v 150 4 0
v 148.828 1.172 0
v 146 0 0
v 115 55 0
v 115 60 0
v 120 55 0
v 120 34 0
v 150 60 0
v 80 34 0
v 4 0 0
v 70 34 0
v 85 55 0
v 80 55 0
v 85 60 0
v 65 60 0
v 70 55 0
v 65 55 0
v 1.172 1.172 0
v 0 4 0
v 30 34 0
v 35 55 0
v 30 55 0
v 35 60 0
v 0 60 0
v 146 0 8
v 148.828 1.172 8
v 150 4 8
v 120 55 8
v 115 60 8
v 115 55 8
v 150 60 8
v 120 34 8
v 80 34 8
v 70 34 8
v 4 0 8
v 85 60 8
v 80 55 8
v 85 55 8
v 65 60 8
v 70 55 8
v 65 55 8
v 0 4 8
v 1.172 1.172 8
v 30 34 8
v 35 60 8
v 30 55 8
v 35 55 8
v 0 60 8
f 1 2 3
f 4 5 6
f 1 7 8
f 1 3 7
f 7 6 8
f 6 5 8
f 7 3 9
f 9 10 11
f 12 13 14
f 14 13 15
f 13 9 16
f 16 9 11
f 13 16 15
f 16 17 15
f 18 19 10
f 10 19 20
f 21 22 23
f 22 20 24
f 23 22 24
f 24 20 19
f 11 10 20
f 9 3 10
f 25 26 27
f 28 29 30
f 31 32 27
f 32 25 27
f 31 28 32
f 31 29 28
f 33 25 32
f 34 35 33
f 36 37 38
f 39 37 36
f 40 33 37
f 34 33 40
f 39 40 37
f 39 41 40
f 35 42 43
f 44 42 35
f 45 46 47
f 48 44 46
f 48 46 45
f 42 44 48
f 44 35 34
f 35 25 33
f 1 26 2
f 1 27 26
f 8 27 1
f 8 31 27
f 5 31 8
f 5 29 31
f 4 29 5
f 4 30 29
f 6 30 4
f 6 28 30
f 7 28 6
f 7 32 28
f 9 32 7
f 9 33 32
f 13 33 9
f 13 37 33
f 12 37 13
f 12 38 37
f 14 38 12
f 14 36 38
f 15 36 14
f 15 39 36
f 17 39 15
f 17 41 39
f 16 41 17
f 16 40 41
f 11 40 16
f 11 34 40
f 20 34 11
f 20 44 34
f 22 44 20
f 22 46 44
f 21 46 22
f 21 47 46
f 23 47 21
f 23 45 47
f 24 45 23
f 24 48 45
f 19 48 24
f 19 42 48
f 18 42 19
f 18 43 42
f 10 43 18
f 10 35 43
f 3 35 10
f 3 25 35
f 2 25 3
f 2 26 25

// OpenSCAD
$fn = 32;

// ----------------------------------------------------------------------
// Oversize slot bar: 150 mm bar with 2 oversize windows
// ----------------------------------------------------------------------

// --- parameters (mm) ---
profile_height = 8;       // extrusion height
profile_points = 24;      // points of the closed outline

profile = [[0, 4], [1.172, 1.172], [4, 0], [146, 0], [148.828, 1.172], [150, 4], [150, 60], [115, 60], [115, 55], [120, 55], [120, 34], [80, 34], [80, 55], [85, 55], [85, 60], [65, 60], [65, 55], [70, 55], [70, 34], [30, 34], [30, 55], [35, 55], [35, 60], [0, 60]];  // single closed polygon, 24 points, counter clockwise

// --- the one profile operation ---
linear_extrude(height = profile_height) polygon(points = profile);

* * * * * * * * *

→ WHAT IS BEING ASKED
Output the records above exactly as written.

→ YOUR SOLUTION
v 150 4 0
v 148.828 1.172 0
v 146 0 0
v 115 55 0
v 115 60 0
v 120 55 0
v 120 34 0
v 150 60 0
v 80 34 0
v 4 0 0
v 70 34 0
v 85 55 0
v 80 55 0
v 85 60 0
v 65 60 0
v 70 55 0
v 65 55 0
v 1.172 1.172 0
v 0 4 0
v 30 34 0
v 35 55 0
v 30 55 0
v 35 60 0
v 0 60 0
v 146 0 8
v 148.828 1.172 8
v 150 4 8
v 120 55 8
v 115 60 8
v 115 55 8
v 150 60 8
v 120 34 8
v 80 34 8
v 70 34 8
v 4 0 8
v 85 60 8
v 80 55 8
v 85 55 8
v 65 60 8
v 70 55 8
v 65 55 8
v 0 4 8
v 1.172 1.172 8
v 30 34 8
v 35 60 8
v 30 55 8
v 35 55 8
v 0 60 8
f 1 2 3
f 4 5 6
f 1 7 8
f 1 3 7
f 7 6 8
f 6 5 8
f 7 3 9
f 9 10 11
f 12 13 14
f 14 13 15
f 13 9 16
f 16 9 11
f 13 16 15
f 16 17 15
f 18 19 10
f 10 19 20
f 21 22 23
f 22 20 24
f 23 22 24
f 24 20 19
f 11 10 20
f 9 3 10
f 25 26 27
f 28 29 30
f 31 32 27
f 32 25 27
f 31 28 32
f 31 29 28
f 33 25 32
f 34 35 33
f 36 37 38
f 39 37 36
f 40 33 37
f 34 33 40
f 39 40 37
f 39 41 40
f 35 42 43
f 44 42 35
f 45 46 47
f 48 44 46
f 48 46 45
f 42 44 48
f 44 35 34
f 35 25 33
f 1 26 2
f 1 27 26
f 8 27 1
f 8 31 27
f 5 31 8
f 5 29 31
f 4 29 5
f 4 30 29
f 6 30 4
f 6 28 30
f 7 28 6
f 7 32 28
f 9 32 7
f 9 33 32
f 13 33 9
f 13 37 33
f 12 37 13
f 12 38 37
f 14 38 12
f 14 36 38
f 15 36 14
f 15 39 36
f 17 39 15
f 17 41 39
f 16 41 17
f 16 40 41
f 11 40 16
f 11 34 40
f 20 34 11
f 20 44 34
f 22 44 20
f 22 46 44
f 21 46 22
f 21 47 46
f 23 47 21
f 23 45 47
f 24 45 23
f 24 48 45
f 19 48 24
f 19 42 48
f 18 42 19
f 18 43 42
f 10 43 18
f 10 35 43
f 3 35 10
f 3 25 35
f 2 25 3
f 2 26 25

// OpenSCAD
$fn = 32;

// ----------------------------------------------------------------------
// Oversize slot bar: 150 mm bar with 2 oversize windows
// ----------------------------------------------------------------------

// --- parameters (mm) ---
profile_height = 8;       // extrusion height
profile_points = 24;      // points of the closed outline

profile = [[0, 4], [1.172, 1.172], [4, 0], [146, 0], [148.828, 1.172], [150, 4], [150, 60], [115, 60], [115, 55], [120, 55], [120, 34], [80, 34], [80, 55], [85, 55], [85, 60], [65, 60], [65, 55], [70, 55], [70, 34], [30, 34], [30, 55], [35, 55], [35, 60], [0, 60]];  // single closed polygon, 24 points, counter clockwise

// --- the one profile operation ---
linear_extrude(height = profile_height) polygon(points = profile);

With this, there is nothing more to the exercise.